#### [Task prompt]
From the line with "f 129 278 128" through the line with "f 292 276 279", repeat the entries verbatim, both end lines included, and add nothing.

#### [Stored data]
--- START ---

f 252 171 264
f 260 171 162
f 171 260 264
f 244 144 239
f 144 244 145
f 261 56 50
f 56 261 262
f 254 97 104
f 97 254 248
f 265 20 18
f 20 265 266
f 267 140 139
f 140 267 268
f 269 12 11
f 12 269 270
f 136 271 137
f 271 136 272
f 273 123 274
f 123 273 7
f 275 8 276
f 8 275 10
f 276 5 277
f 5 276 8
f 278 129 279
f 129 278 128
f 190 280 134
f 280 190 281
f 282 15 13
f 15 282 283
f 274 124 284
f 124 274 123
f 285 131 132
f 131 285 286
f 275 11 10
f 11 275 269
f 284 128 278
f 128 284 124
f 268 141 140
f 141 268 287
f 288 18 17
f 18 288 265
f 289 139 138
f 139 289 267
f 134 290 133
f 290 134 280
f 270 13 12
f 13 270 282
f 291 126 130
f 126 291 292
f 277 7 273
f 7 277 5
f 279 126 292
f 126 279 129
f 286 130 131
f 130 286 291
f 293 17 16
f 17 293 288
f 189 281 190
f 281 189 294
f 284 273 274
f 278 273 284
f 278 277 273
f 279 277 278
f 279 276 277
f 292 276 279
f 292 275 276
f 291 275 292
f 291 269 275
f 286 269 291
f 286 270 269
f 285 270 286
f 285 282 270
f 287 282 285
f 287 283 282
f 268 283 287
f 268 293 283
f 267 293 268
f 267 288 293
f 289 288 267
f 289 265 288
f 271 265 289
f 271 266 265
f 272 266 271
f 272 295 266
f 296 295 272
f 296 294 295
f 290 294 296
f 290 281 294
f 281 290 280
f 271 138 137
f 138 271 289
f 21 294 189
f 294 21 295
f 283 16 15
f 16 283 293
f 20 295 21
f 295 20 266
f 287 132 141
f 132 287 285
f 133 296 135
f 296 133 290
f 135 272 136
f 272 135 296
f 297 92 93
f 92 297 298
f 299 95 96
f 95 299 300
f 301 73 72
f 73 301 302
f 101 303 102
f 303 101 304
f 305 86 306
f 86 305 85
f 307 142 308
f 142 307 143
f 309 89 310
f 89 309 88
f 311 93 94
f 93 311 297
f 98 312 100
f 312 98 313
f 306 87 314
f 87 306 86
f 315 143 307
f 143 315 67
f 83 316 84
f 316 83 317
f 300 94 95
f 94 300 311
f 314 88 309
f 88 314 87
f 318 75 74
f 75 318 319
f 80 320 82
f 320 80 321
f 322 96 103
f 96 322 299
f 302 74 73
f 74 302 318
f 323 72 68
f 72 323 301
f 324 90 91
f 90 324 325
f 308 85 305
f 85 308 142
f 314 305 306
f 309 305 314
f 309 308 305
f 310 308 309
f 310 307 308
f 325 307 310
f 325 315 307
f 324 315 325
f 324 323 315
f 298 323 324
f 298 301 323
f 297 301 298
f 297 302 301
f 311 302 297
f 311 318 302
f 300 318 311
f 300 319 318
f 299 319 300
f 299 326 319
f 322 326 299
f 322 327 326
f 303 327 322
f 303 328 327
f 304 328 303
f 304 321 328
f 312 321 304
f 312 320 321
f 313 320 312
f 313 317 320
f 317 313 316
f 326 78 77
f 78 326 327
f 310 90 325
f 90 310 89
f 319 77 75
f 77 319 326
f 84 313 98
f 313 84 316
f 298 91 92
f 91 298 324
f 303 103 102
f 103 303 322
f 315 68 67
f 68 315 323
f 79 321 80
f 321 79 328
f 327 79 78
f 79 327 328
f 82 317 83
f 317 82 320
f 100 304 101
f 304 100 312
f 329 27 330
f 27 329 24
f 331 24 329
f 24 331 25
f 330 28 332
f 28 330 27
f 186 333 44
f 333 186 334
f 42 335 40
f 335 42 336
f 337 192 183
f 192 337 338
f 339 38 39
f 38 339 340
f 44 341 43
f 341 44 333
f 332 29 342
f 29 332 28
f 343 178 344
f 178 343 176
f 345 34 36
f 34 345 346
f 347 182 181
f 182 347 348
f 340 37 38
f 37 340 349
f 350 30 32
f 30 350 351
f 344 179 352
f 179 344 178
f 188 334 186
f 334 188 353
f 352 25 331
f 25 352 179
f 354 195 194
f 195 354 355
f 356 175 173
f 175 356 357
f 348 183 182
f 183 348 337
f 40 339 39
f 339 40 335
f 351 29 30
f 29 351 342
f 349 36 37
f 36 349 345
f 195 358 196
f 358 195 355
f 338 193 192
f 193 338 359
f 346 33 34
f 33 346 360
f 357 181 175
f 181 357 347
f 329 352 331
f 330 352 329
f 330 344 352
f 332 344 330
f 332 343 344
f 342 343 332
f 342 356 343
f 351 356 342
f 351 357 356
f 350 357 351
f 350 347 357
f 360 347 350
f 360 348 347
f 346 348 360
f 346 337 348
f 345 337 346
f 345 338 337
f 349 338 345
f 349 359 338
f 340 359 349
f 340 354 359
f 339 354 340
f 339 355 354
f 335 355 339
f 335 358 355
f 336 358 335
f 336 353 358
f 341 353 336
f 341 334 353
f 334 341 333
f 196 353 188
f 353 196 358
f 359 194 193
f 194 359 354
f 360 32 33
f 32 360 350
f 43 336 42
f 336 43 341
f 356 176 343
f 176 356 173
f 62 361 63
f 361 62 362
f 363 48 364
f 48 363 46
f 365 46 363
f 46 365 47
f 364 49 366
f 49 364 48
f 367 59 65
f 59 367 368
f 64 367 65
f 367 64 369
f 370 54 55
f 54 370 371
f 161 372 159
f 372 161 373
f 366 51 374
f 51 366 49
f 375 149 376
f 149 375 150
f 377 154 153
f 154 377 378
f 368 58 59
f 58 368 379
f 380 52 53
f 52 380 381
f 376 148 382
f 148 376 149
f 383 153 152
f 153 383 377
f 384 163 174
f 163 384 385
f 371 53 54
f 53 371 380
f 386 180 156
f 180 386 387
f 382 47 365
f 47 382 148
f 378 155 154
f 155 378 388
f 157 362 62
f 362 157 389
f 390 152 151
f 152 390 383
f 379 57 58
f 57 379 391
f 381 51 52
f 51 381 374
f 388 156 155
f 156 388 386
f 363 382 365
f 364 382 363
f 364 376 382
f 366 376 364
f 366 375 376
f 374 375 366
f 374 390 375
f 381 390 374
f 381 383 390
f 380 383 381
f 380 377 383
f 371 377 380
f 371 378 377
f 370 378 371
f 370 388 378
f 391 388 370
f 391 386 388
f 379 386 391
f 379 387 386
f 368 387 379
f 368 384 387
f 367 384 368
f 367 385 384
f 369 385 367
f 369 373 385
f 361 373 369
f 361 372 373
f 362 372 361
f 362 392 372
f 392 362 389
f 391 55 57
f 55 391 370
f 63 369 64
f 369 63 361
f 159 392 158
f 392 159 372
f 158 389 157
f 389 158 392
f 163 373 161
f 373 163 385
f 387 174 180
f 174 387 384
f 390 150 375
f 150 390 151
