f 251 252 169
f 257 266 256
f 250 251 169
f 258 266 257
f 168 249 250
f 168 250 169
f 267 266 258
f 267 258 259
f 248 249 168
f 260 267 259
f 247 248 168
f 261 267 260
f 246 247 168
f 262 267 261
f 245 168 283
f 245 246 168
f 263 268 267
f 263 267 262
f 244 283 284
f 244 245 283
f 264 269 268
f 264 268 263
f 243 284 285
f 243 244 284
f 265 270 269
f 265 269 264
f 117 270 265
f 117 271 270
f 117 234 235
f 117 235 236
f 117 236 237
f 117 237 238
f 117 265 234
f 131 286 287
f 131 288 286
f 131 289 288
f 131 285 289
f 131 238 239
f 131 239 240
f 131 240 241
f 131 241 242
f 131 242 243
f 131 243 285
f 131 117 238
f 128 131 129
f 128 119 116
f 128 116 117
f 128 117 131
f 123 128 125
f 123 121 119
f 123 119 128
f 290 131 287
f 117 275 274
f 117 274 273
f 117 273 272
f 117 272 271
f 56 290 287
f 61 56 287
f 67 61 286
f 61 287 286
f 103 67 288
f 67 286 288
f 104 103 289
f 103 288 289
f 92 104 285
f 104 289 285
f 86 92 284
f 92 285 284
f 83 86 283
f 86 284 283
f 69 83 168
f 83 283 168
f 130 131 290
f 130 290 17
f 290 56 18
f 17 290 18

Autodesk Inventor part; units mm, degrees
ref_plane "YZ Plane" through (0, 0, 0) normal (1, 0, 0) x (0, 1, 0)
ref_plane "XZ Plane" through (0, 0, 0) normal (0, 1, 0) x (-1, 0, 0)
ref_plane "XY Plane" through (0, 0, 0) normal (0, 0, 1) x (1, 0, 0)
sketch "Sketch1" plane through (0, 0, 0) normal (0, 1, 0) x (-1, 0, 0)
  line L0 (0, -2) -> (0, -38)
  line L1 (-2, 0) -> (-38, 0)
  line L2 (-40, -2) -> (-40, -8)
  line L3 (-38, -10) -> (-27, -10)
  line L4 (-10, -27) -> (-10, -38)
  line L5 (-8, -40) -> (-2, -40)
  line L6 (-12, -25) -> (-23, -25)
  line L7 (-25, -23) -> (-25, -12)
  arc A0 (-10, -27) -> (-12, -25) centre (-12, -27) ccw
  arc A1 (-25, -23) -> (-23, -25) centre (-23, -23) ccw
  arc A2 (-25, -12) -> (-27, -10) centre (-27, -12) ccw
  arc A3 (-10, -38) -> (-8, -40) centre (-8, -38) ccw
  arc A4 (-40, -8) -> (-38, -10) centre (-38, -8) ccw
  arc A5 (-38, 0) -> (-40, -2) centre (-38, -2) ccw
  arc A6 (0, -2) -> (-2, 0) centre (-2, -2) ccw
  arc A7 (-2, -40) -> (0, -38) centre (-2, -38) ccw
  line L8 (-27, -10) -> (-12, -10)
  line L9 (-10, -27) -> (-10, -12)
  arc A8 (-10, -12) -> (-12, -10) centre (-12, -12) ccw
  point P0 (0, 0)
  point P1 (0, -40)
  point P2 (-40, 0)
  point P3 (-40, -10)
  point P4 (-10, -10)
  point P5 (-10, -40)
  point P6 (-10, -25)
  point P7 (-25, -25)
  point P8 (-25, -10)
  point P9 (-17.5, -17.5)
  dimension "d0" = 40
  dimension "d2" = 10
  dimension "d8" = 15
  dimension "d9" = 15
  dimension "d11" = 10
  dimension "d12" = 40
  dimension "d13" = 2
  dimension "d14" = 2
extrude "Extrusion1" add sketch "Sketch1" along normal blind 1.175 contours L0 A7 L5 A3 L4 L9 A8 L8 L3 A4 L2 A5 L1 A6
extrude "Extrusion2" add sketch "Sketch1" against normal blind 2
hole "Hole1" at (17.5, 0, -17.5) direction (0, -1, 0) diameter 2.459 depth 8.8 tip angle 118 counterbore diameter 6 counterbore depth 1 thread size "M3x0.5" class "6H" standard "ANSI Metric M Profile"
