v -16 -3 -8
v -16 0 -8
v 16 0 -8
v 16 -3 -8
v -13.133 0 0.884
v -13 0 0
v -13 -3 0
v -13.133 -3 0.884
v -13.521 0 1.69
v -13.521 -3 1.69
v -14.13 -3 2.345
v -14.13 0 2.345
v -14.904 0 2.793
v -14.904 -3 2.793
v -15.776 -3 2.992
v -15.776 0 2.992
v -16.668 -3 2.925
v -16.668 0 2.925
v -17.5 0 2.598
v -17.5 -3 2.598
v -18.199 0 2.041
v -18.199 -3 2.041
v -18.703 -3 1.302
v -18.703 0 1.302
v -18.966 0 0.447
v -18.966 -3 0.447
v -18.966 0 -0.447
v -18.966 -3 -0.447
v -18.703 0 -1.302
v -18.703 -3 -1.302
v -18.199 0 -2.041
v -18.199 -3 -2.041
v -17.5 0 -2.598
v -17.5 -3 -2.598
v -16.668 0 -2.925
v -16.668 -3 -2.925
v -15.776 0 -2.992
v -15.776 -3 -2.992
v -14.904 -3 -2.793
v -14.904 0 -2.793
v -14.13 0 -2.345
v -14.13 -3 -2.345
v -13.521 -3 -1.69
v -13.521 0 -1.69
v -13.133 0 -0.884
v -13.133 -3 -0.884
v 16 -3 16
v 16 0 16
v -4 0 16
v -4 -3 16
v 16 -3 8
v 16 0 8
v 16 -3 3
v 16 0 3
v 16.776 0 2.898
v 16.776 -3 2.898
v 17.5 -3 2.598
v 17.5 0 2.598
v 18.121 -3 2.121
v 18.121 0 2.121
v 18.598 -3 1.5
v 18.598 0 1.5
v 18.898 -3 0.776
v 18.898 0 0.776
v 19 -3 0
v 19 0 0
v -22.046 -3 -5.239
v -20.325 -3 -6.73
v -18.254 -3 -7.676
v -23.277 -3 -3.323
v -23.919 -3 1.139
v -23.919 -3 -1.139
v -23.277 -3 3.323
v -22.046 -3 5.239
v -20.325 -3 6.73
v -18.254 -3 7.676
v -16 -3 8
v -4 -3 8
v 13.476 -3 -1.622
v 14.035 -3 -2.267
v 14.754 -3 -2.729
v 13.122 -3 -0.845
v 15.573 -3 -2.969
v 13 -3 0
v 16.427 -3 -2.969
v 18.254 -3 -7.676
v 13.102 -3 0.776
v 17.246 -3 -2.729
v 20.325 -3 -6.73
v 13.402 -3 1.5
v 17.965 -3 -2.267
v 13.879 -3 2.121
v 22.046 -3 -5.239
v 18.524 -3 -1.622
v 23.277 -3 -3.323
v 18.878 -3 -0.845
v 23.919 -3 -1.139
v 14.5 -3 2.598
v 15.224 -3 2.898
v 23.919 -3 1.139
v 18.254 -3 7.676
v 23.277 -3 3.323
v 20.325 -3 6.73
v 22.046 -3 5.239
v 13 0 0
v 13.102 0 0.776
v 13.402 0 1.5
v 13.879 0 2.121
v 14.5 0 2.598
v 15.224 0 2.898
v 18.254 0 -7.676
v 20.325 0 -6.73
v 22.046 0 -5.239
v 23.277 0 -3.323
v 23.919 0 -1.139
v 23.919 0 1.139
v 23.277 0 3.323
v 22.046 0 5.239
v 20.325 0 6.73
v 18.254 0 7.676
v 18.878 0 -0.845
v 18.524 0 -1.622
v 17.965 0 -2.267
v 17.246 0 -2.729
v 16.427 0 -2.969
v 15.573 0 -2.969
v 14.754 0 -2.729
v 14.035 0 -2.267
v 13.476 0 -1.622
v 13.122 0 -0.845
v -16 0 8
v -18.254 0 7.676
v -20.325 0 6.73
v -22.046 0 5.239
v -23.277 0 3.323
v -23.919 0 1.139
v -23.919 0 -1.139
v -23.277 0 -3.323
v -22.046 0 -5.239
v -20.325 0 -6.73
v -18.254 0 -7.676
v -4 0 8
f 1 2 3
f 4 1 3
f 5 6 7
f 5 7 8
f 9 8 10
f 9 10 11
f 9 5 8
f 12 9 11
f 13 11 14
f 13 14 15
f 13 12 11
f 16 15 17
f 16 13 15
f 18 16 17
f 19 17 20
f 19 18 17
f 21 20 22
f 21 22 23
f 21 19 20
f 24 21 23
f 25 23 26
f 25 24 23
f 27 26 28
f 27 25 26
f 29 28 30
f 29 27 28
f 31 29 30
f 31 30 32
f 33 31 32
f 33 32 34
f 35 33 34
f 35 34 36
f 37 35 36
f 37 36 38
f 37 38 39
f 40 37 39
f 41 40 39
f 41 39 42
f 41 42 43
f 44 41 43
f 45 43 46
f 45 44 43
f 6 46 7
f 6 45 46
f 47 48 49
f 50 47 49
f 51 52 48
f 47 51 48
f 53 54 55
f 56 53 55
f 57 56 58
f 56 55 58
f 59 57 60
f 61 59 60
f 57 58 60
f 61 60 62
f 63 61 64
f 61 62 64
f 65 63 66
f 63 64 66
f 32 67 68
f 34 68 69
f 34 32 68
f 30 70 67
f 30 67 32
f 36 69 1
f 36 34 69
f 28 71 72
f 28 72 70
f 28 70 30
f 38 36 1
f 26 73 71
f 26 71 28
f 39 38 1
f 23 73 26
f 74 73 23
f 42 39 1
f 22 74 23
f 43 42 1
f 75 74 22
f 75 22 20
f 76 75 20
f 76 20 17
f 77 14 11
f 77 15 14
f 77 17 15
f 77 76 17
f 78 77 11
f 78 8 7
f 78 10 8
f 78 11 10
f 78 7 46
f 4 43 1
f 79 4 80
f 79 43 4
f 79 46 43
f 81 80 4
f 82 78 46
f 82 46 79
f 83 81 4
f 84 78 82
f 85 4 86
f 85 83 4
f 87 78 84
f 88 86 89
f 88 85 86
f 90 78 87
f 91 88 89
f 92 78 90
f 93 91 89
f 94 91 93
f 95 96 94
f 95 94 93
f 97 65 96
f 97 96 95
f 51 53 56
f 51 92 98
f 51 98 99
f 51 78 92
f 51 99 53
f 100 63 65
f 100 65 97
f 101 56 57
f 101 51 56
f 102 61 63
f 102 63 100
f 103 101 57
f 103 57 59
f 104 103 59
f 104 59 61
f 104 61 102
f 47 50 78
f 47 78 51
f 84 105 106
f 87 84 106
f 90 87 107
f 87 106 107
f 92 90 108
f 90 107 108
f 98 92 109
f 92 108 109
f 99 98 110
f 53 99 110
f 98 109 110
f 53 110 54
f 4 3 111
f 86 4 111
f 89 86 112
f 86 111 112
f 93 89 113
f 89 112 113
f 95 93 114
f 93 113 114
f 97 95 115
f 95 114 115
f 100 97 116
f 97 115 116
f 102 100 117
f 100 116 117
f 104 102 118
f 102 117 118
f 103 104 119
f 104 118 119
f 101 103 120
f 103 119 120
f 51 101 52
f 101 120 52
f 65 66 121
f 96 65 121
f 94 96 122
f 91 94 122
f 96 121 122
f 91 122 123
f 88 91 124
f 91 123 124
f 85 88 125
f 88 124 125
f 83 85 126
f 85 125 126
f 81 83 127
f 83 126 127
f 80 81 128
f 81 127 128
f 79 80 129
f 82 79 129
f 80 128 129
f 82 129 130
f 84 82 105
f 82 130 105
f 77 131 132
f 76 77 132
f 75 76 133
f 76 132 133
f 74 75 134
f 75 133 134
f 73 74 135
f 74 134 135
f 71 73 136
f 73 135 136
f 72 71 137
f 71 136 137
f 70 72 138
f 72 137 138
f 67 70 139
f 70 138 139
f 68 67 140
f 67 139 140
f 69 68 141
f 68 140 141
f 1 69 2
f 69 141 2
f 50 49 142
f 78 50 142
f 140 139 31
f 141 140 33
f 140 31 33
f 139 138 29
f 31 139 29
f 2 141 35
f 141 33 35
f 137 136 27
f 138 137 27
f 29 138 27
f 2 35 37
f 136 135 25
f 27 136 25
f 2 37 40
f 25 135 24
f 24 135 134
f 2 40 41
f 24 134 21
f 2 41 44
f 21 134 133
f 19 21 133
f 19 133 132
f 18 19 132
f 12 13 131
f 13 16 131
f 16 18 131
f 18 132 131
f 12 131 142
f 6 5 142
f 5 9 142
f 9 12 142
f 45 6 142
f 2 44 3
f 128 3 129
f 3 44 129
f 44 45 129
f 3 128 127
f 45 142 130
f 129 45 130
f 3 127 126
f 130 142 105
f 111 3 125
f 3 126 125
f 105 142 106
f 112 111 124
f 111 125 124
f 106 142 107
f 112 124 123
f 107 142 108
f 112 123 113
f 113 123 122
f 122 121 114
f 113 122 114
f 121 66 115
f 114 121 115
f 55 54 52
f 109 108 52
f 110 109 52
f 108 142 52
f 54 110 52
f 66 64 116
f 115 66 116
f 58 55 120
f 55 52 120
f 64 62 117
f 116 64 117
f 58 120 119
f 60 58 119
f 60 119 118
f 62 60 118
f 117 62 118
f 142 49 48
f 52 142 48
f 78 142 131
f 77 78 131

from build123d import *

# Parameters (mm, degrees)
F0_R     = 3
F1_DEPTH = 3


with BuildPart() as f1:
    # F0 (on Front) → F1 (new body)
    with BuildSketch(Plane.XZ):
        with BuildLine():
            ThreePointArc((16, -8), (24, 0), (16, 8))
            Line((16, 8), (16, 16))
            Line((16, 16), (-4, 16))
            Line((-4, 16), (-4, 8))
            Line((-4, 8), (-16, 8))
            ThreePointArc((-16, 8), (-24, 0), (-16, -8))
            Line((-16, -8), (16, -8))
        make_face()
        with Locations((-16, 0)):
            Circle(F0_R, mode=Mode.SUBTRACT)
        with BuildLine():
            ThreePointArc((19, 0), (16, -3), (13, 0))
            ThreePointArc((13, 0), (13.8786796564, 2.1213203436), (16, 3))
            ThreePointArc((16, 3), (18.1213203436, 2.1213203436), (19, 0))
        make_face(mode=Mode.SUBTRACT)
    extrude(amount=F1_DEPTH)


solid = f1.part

--- END ---

#### [Your solution]
f 129 278 128
f 190 280 134
f 280 190 281
f 282 15 13
f 15 282 283
f 274 124 284
f 124 274 123
f 285 131 132
f 131 285 286
f 275 11 10
f 11 275 269
f 284 128 278
f 128 284 124
f 268 141 140
f 141 268 287
f 288 18 17
f 18 288 265
f 289 139 138
f 139 289 267
f 134 290 133
f 290 134 280
f 270 13 12
f 13 270 282
f 291 126 130
f 126 291 292
f 277 7 273
f 7 277 5
f 279 126 292
f 126 279 129
f 286 130 131
f 130 286 291
f 293 17 16
f 17 293 288
f 189 281 190
f 281 189 294
f 284 273 274
f 278 273 284
f 278 277 273
f 279 277 278
f 279 276 277
f 292 276 279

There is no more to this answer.